Options data implies a 6% move in either direction this afternoon, a swing of roughly $260 billion in value. That would be below its three-year average of about 7.6%, according to data from ORATS.
With a $4.34 trillion market capitalization, Nvidia now accounts for 7.9% of the S&P 500 — the largest index weighting for any stock in history.

Jay Woods, chief market strategist for Freedom Capital Markets, noted that Nvidia also dominates ETF exposure:
22% of VanEck Semiconductor (SMH)
15.8% of Technology Select Spider ETF (XLK)
“The bar keeps getting higher and the chipmaker keeps exceeding it,” Woods said. “The growth projections continue to expand exponentially and there’s been no slowdown in sight.”
Here’s what Wall Street expects for Nvidia’s fiscal second quarter, per LSEG:
Revenue: $46.2 billion, +53% year-over-year
Data center revenue: $41.2 billion, +57% year-over-year
Earnings per share: $1.01, +49% year-over-year
Only Nvidia shareholders would call those figures a slowdown. The same quarter last year, the chipmaker reported revenue and earnings growth of 122% and 151%, respectively.

Nvidia has pulled the Mag 7 higher in 2025 (Chart courtesy of Exhibit A)

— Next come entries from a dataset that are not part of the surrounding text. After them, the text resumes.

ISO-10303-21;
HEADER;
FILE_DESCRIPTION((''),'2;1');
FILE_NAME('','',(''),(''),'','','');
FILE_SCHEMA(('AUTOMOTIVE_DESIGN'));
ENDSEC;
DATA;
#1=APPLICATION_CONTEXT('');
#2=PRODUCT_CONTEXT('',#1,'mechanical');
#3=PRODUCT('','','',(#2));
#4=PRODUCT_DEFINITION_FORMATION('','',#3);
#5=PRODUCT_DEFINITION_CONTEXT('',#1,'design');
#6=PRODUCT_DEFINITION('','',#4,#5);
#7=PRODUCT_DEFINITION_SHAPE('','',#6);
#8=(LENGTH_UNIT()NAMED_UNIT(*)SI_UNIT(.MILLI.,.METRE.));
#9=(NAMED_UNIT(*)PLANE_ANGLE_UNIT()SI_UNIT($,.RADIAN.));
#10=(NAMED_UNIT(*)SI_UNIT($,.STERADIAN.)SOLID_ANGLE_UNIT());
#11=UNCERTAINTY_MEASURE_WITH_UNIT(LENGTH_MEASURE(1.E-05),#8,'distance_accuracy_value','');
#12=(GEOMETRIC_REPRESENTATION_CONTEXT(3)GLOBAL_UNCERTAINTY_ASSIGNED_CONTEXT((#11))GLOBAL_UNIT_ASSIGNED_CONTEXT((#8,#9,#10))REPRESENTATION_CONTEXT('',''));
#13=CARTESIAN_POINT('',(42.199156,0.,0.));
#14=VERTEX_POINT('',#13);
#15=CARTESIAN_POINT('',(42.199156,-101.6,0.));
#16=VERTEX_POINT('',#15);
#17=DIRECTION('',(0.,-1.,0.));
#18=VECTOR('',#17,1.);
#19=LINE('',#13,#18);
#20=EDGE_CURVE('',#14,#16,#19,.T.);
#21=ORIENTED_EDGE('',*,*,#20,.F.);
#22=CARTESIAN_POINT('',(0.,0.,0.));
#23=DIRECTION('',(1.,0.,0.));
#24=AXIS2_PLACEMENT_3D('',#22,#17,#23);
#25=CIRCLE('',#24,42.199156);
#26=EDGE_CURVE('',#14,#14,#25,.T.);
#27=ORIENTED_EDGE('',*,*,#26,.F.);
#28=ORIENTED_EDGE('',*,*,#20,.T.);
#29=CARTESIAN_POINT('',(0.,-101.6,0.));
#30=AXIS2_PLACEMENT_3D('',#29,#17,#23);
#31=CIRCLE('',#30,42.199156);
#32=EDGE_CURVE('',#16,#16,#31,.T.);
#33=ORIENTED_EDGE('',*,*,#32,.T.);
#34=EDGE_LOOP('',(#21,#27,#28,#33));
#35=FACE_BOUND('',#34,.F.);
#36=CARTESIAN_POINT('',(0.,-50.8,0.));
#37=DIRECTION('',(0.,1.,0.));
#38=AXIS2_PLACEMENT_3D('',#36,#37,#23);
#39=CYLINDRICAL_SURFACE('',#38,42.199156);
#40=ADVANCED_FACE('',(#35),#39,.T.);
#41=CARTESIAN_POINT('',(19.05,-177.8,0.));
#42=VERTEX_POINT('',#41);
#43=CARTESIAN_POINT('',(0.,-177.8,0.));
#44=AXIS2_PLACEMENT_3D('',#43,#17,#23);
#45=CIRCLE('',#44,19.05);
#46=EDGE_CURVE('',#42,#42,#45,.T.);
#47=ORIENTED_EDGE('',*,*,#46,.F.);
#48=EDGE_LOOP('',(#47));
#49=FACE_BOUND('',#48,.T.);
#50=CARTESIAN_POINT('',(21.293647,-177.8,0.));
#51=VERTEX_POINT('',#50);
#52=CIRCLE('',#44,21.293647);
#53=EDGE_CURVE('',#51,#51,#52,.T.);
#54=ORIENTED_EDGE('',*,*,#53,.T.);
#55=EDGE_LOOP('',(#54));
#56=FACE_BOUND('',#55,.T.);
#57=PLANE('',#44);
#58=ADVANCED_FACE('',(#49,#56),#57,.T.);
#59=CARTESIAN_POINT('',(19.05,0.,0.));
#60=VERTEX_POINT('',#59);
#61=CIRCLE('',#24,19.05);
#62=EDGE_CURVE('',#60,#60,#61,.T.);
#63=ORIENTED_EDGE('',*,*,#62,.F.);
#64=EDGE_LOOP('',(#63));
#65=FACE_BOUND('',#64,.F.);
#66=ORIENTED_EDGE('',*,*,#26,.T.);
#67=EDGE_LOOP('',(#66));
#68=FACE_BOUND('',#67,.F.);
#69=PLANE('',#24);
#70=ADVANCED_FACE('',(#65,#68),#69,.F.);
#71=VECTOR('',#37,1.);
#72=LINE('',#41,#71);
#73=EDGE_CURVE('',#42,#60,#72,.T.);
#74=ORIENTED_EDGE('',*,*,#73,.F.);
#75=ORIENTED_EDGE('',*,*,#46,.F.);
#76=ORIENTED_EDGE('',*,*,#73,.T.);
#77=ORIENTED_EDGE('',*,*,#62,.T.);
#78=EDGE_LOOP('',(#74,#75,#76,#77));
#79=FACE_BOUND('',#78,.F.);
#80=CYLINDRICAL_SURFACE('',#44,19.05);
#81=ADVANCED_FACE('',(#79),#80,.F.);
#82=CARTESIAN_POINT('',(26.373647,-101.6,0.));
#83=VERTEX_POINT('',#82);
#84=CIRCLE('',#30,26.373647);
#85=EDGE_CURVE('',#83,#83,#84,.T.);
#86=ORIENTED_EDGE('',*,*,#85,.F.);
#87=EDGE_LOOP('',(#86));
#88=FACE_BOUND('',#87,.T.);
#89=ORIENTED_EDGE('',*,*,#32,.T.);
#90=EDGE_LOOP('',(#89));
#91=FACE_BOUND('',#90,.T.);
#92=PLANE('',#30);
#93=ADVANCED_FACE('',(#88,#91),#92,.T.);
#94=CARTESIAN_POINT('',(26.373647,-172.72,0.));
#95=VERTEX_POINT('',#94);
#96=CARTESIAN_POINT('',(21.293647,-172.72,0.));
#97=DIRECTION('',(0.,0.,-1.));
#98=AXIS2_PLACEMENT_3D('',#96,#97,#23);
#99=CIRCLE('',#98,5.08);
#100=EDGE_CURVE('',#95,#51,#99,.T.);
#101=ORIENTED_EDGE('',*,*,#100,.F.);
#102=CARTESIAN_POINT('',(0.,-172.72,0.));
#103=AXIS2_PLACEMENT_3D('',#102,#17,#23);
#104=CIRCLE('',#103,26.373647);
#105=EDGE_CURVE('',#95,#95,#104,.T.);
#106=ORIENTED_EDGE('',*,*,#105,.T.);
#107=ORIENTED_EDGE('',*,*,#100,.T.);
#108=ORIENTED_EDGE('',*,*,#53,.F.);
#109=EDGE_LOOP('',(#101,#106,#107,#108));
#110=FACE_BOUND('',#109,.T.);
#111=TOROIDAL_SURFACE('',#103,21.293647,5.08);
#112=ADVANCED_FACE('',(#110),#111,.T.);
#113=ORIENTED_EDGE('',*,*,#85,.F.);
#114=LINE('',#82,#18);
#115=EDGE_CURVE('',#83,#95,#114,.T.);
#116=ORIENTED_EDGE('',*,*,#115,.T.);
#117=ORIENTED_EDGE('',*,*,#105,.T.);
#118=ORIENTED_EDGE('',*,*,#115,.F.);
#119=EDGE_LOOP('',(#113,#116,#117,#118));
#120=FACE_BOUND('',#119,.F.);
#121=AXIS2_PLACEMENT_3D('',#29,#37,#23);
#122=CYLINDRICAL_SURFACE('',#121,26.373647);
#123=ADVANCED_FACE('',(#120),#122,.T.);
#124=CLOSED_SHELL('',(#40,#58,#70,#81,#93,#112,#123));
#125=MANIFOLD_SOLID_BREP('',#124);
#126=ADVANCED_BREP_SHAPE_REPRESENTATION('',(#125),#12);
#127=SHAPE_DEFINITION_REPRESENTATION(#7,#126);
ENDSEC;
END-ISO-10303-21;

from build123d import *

# Parameters (mm, degrees)
F0_R      = 42.199156
F1_DEPTH  = 50.8
F2_R      = 26.140573
F3_DEPTH  = 25.4
F4_R      = 17.712335
F5_DEPTH  = 25.4
F6_R      = 23.120753
F1_FACE_R = 42.199156
F7_DEPTH  = 50.8
F8_R      = 26.373647
F9_DEPTH  = 76.2
F10_R     = 19.05
F11_DEPTH = 254
F12_R     = 5.08


with BuildPart() as f1:
    # F0 (on Front) → F1 (new body)
    with BuildSketch(Plane.XZ):
        Circle(F0_R)
    extrude(amount=F1_DEPTH)

    # F2 (on Front) → F3 (join)
    with BuildSketch(Plane.XZ):
        Circle(F2_R)
    extrude(amount=F3_DEPTH)

    # F4 (on Front) → F5 (join)
    with BuildSketch(Plane.XZ):
        Circle(F4_R)
    extrude(amount=F5_DEPTH)

    # F6 (on Front) + F1_face (on face) → F7 (join)
    with BuildSketch(Plane.XZ):
        Circle(F6_R)
    with BuildSketch(Plane.XZ.offset(50.8)):
        Circle(F1_FACE_R)
    extrude(amount=F7_DEPTH)

    # F8 (on face) → F9 (join)
    with BuildSketch(Plane.XZ.offset(101.6)):
        Circle(F8_R)
    extrude(amount=F9_DEPTH)

    # F10 (on face) → F11 (cut)
    with BuildSketch(Plane.XZ.offset(177.8)):
        Circle(F10_R)
    extrude(amount=-F11_DEPTH, mode=Mode.SUBTRACT)

    # F12
    f12_edges = [f1.edges().sort_by_distance(p)[0] for p in [
        (-26.373647, -177.8, 0),
    ]]
    fillet(f12_edges, radius=F12_R)


solid = f1.part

“The worries are that if Nvidia doesn’t deliver, then all the worries about AI overhype and extreme valuations wouldn’t look so misplaced,” the Fundstrat team wrote in a note Tuesday.
“And if not for Nvidia, can the AI party go on? Huang is the ‘godfather of AI’ after all.”
Investors will also be watching for updates related to China and tariffs.
In April, President Trump had banned the sale of key chips to China, only to reverse the decision in July.
The White House later worked out a deal for Nvidia to give the government 15% of the revenue secured from its H20 chip sales to China.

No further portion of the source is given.